Por Revolução Brasileira em 18/03/2022.

 


     O recente conflito entre Rússia e OTAN fez suscitar no Brasil (até mesmo nos jornalões burgueses) a discussão em torno da dependência do país na importação de fertilizantes (em especial dos grupos NPK – nitrogenados, fosfatados e potássicos). O Brasil consome anualmente cerca de 43 milhões de toneladas, sendo aproximadamente um terço para cada grupo. É o maior importador de fertilizantes no mundo, comprando até 85% daquilo que consome. A dependência do mercado estrangeiro é aberrante: o Brasil importa até 95% dos fertilizantes nitrogenados (comprando de Rússia, China e Oriente Médio), até 75% dos fertilizantes fosfatados (adquiridos da Rússia, China e Marrocos) e até 95% dos fertilizantes potássicos (vindos da Rússia, Belarus e Canadá).

      Essa dependência se mostra ainda mais dramática num cenário como o presente, em que a queda das importações pode levar ao aumento dos preços dos alimentos – seja pela elevação do preço dos fertilizantes importados seja pelo impacto negativo nas colheitas em caso de desabastecimento.

       Esse impacto poderia ser atenuado caso a Petrobras, hoje nas mãos de uma camarilha ultraliberal, não estivesse nos últimos anos se desfazendo de suas fábricas de fertilizantes nitrogenados. As operações ocorrem sempre de forma suspeita e lesiva ao patrimônio público – mas sempre com a benção do STF e TCU. A estatal, que já vem se retirando do mercado de fertilizantes nitrogenados desde 2015, vem acelerando o processo desde então com a hibernação das unidades do Sergipe e Bahia em 2018 (e que foram arrendadas em 2020 pela Proquigel Química, pertencente ao grupo Unigel) e da unidade no Paraná em 2020 (esta última motivando a mobilização grevista em fevereiro do mesmo ano). Uma outra unidade de nitrogenados, a UFN3, situada em Três Lagoas (MS), cuja construção foi iniciada pela Petrobrás (sendo paralisada com 80% das obras concluídas em 2014) foi adquirida recentemente por um grupo de investidores russos da Acron.

      Mesmo no setor privado a desnacionalização pode comprometer ainda mais o mercado interno. Nos últimos cinco anos a multinacional suíça Eurochem fez três aquisições de indústrias do ramo de fertilizantes no Brasil, como a Fertilizantes Heringer, Fertilizantes Tocantins e a Serra do Salitre.
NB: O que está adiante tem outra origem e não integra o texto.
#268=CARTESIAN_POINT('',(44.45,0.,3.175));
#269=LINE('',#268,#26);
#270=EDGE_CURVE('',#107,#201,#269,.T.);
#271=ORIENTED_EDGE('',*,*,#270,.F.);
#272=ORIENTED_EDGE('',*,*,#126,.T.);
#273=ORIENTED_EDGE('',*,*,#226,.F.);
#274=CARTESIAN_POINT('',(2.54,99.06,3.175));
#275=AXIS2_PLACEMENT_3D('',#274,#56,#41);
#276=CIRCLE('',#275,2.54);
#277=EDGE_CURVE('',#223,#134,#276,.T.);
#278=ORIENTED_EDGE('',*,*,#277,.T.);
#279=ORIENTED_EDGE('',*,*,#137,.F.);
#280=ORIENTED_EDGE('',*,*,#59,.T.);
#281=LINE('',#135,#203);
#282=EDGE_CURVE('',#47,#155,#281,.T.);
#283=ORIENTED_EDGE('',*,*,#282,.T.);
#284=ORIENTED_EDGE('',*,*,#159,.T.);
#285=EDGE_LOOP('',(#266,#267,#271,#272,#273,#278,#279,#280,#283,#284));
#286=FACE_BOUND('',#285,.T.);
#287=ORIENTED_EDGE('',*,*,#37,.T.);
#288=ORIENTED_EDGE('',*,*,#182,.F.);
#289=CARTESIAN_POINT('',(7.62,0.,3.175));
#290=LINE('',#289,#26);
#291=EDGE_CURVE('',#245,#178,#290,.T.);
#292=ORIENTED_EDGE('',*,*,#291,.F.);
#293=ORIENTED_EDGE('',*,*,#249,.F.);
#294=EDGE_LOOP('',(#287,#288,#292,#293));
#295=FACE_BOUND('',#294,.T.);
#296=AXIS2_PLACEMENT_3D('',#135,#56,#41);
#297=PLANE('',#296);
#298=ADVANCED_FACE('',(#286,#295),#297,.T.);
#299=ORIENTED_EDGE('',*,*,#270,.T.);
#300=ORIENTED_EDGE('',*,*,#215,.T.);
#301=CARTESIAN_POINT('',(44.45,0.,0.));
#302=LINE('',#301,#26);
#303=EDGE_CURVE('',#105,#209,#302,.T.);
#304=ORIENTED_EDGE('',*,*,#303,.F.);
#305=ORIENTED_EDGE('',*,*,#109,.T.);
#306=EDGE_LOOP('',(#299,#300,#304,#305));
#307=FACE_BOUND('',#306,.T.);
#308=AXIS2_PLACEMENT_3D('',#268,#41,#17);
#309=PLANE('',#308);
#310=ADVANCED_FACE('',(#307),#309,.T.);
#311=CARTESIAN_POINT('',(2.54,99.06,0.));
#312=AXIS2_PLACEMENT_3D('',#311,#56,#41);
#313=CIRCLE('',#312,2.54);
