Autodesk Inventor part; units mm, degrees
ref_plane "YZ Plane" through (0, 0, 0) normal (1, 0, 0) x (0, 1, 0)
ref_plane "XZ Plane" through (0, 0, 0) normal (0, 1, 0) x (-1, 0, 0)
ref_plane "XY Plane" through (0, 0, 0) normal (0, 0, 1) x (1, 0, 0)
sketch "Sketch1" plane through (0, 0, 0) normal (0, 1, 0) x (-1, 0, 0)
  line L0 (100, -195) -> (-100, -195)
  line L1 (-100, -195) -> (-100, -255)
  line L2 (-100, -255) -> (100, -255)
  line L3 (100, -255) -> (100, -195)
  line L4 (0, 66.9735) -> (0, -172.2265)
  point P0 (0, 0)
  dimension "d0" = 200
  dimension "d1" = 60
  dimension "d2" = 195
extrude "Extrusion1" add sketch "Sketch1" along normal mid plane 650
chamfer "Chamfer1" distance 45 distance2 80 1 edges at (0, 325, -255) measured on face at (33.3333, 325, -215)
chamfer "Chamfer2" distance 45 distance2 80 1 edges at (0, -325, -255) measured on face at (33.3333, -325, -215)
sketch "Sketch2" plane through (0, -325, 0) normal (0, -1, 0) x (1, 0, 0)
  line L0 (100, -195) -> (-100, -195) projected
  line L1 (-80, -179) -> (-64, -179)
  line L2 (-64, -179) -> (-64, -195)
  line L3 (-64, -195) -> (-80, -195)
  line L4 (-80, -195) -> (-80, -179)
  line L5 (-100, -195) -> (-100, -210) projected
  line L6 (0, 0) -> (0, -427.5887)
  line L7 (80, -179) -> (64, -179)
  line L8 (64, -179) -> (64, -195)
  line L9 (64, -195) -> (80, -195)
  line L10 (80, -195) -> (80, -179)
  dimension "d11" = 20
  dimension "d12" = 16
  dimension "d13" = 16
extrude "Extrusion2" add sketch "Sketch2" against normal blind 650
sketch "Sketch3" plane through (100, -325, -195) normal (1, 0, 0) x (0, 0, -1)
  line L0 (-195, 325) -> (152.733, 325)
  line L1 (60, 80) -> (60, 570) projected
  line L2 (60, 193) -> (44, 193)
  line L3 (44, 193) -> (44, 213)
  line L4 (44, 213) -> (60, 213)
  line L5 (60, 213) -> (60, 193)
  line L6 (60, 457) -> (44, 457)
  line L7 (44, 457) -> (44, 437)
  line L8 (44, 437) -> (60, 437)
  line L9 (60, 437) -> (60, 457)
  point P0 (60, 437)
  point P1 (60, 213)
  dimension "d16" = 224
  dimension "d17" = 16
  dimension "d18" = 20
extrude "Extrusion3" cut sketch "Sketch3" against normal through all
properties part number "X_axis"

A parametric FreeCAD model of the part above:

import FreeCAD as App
import Part
import Sketcher


def edges_at(feature, points):
    """Names of the edges that pass closest to the given points."""
    edges = feature.Shape.Edges
    near = lambda p: min(range(len(edges)), key=lambda i: edges[i].distToShape(Part.Vertex(*p))[0])
    return sorted({f"Edge{near(p) + 1}" for p in points})


def add_polygon(sketch, points):
    """Adds a closed chain of lines whose ends are joined by coincident constraints."""
    first, n = sketch.GeometryCount, len(points)
    for a, b in zip(points, points[1:] + points[:1]):
        sketch.addGeometry(Part.LineSegment(App.Vector(*a, 0), App.Vector(*b, 0)), False)
    for i in range(n):
        sketch.addConstraint(Sketcher.Constraint("Coincident", first + i, 2, first + (i + 1) % n, 1))

doc = App.newDocument("Part")
params = doc.addObject("Spreadsheet::Sheet", "Params")
for row, (alias, value) in enumerate([
    ("sketch1_width", "200 mm"),
    ("sketch1_height", "60 mm"),
    ("pad1_length", "650 mm"),
    ("chamfer_size", "45 mm"),
    ("chamfer_size2", "80 mm"),
    ("chamfer2_size", "45 mm"),
    ("chamfer2_size2", "80 mm"),
    ("sketch2_width", "16 mm"),
    ("pad2_length", "650 mm"),
    ("sketch3_width", "20 mm"),
    ("sketch3_height", "16 mm"),
], start=1):
    params.set(f"A{row}", alias)
    params.set(f"B{row}", "=" + value)
    params.setAlias(f"B{row}", alias)

body = doc.addObject("PartDesign::Body", "Body")

# Sketch on XZ plane
sketch1 = doc.addObject("Sketcher::SketchObject", "Sketch")
body.addObject(sketch1)
sketch1.AttachmentSupport = (doc.XZ_Plane, [""])
sketch1.MapMode = "FlatFace"
add_polygon(sketch1, [(-100, -255), (-100, -195), (100, -195), (100, -255)])  # lines 0-3
sketch1.addConstraint(Sketcher.Constraint("Vertical", 0))
sketch1.addConstraint(Sketcher.Constraint("Horizontal", 1))
sketch1.addConstraint(Sketcher.Constraint("Vertical", 2))
sketch1.addConstraint(Sketcher.Constraint("Horizontal", 3))
sketch1.addConstraint(Sketcher.Constraint("DistanceX", 1, 1, 1, 2, 200.0))
sketch1.addConstraint(Sketcher.Constraint("DistanceY", 0, 1, 0, 2, 60.0))
sketch1.addConstraint(Sketcher.Constraint("DistanceY", 0, 2, -1, 1, 195.0))
sketch1.addConstraint(Sketcher.Constraint("DistanceX", 0, 2, -1, 1, 100.0))
sketch1.setExpression("Constraints[8]", "Params.sketch1_width")
sketch1.setExpression("Constraints[9]", "Params.sketch1_height")
pad1 = doc.addObject("PartDesign::Pad", "Pad")
body.addObject(pad1)
pad1.Profile = sketch1
pad1.setExpression("Length", "Params.pad1_length")
pad1.Midplane = True
doc.recompute()

chamfer = doc.addObject("PartDesign::Chamfer", "Chamfer")
body.addObject(chamfer)
chamfer.Base = (pad1, edges_at(pad1, [(0, 325, -255)]))
chamfer.ChamferType = "Two distances"
chamfer.setExpression("Size", "Params.chamfer_size")
chamfer.setExpression("Size2", "Params.chamfer_size2")
chamfer.FlipDirection = True
doc.recompute()

chamfer2 = doc.addObject("PartDesign::Chamfer", "Chamfer001")
body.addObject(chamfer2)
chamfer2.Base = (chamfer, edges_at(chamfer, [(0, -325, -255)]))
chamfer2.ChamferType = "Two distances"
chamfer2.setExpression("Size", "Params.chamfer2_size")
chamfer2.setExpression("Size2", "Params.chamfer2_size2")
chamfer2.FlipDirection = True

# Sketch on XZ plane
sketch2 = doc.addObject("Sketcher::SketchObject", "Sketch001")
body.addObject(sketch2)
sketch2.AttachmentSupport = (doc.XZ_Plane, [""])
sketch2.MapMode = "FlatFace"
sketch2.AttachmentOffset = App.Placement(App.Vector(0, 0, 325), App.Rotation())
add_polygon(sketch2, [(-80, -195), (-64, -195), (-64, -179), (-80, -179)])  # lines 0-3
add_polygon(sketch2, [(64, -195), (80, -195), (80, -179), (64, -179)])  # lines 4-7
sketch2.addConstraint(Sketcher.Constraint("Horizontal", 0))
sketch2.addConstraint(Sketcher.Constraint("Vertical", 1))
sketch2.addConstraint(Sketcher.Constraint("Horizontal", 2))
sketch2.addConstraint(Sketcher.Constraint("Vertical", 3))
sketch2.addConstraint(Sketcher.Constraint("Horizontal", 4))
sketch2.addConstraint(Sketcher.Constraint("Vertical", 5))
sketch2.addConstraint(Sketcher.Constraint("Horizontal", 6))
sketch2.addConstraint(Sketcher.Constraint("Vertical", 7))
sketch2.addConstraint(Sketcher.Constraint("Symmetric", 3, 2, 4, 2, -2))
sketch2.addConstraint(Sketcher.Constraint("Symmetric", 1, 2, 6, 2, -2))
sketch2.addConstraint(Sketcher.Constraint("Equal", 6, 1))
sketch2.addConstraint(Sketcher.Constraint("DistanceX", 0, 1, 0, 2, 16.0))
sketch2.addConstraint(Sketcher.Constraint("DistanceX", 0, 2, -1, 1, 64.0))
sketch2.addConstraint(Sketcher.Constraint("DistanceY", 0, 2, -1, 1, 195.0))
sketch2.setExpression("Constraints[19]", "Params.sketch2_width")
pad2 = doc.addObject("PartDesign::Pad", "Pad001")
body.addObject(pad2)
pad2.Profile = sketch2
pad2.setExpression("Length", "Params.pad2_length")
pad2.Reversed = True

# Sketch on YZ plane
sketch3 = doc.addObject("Sketcher::SketchObject", "Sketch002")
body.addObject(sketch3)
sketch3.AttachmentSupport = (doc.YZ_Plane, [""])
sketch3.MapMode = "FlatFace"
sketch3.AttachmentOffset = App.Placement(App.Vector(0, 0, 100), App.Rotation())
add_polygon(sketch3, [(-132, -239), (-132, -255), (-112, -255), (-112, -239)])  # lines 0-3
add_polygon(sketch3, [(112, -239), (112, -255), (132, -255), (132, -239)])  # lines 4-7
sketch3.addConstraint(Sketcher.Constraint("Vertical", 0))
sketch3.addConstraint(Sketcher.Constraint("Horizontal", 1))
sketch3.addConstraint(Sketcher.Constraint("Vertical", 2))
sketch3.addConstraint(Sketcher.Constraint("Horizontal", 3))
sketch3.addConstraint(Sketcher.Constraint("Vertical", 4))
sketch3.addConstraint(Sketcher.Constraint("Horizontal", 5))
sketch3.addConstraint(Sketcher.Constraint("Vertical", 6))
sketch3.addConstraint(Sketcher.Constraint("Horizontal", 7))
sketch3.addConstraint(Sketcher.Constraint("Symmetric", 1, 2, 4, 2, -2))
sketch3.addConstraint(Sketcher.Constraint("Symmetric", 3, 2, 6, 2, -2))
sketch3.addConstraint(Sketcher.Constraint("DistanceX", 1, 1, 1, 2, 20.0))
sketch3.addConstraint(Sketcher.Constraint("DistanceY", 0, 2, 0, 1, 16.0))
sketch3.addConstraint(Sketcher.Constraint("DistanceX", 1, 2, 4, 2, 224.0))
sketch3.addConstraint(Sketcher.Constraint("DistanceY", 0, 2, -1, 1, 255.0))
sketch3.setExpression("Constraints[18]", "Params.sketch3_width")
sketch3.setExpression("Constraints[19]", "Params.sketch3_height")
pocket1 = doc.addObject("PartDesign::Pocket", "Pocket")
body.addObject(pocket1)
pocket1.Profile = sketch3
pocket1.Type = "ThroughAll"

doc.recompute()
       Um país de produção agrícola tão elevada se mostrar tão suscetível às flutuações na dinâmica internacional é um sintoma crítico da dependência e do subdesenvolvimento característicos de nosso país, sempre entregue aos desígnios de uma classe dominante subordinada aos interesses estrangeiros. A falta de uma postura de confronto com o liberalismo – em especial por parte da esquerda – leva à manutenção deste quadro de dependência que resulta em graves prejuízos à população brasileira, diariamente vítima deste assalto em detrimento da acumulação de uma minoria – vide a própria Petrobrás, uma empresa estatal que hoje faz um papel de Robin Hood às avessas, assaltando a população com preços exorbitantes na venda de combustíveis e outros derivados, praticando preços atrelados aos valores internacionais, mesmo sendo quase auto suficiente em sua produção, tudo isso para garantir a remuneração de acionistas privados (a maioria estrangeiros).

      Esse cenário só poderá mudar quando a esquerda estiver orientada em atender os interesses e soberania do povo brasileiro. Para tal, deve assumir uma postura de confronto com o grande capital, promovendo reformas e nacionalizações e não subordinando-se a ele numa política ilusória de conciliação de classes. A esquerda precisa urgentemente debater a Revolução Brasileira. Precisa tematizar sobre o poder, e não sobre governos. Essas questões não se resolvem com alianças eleitorais. Resolvem-se, ao contrário, com a Revolução. Tendo como aliados os trabalhadores, não seus algozes.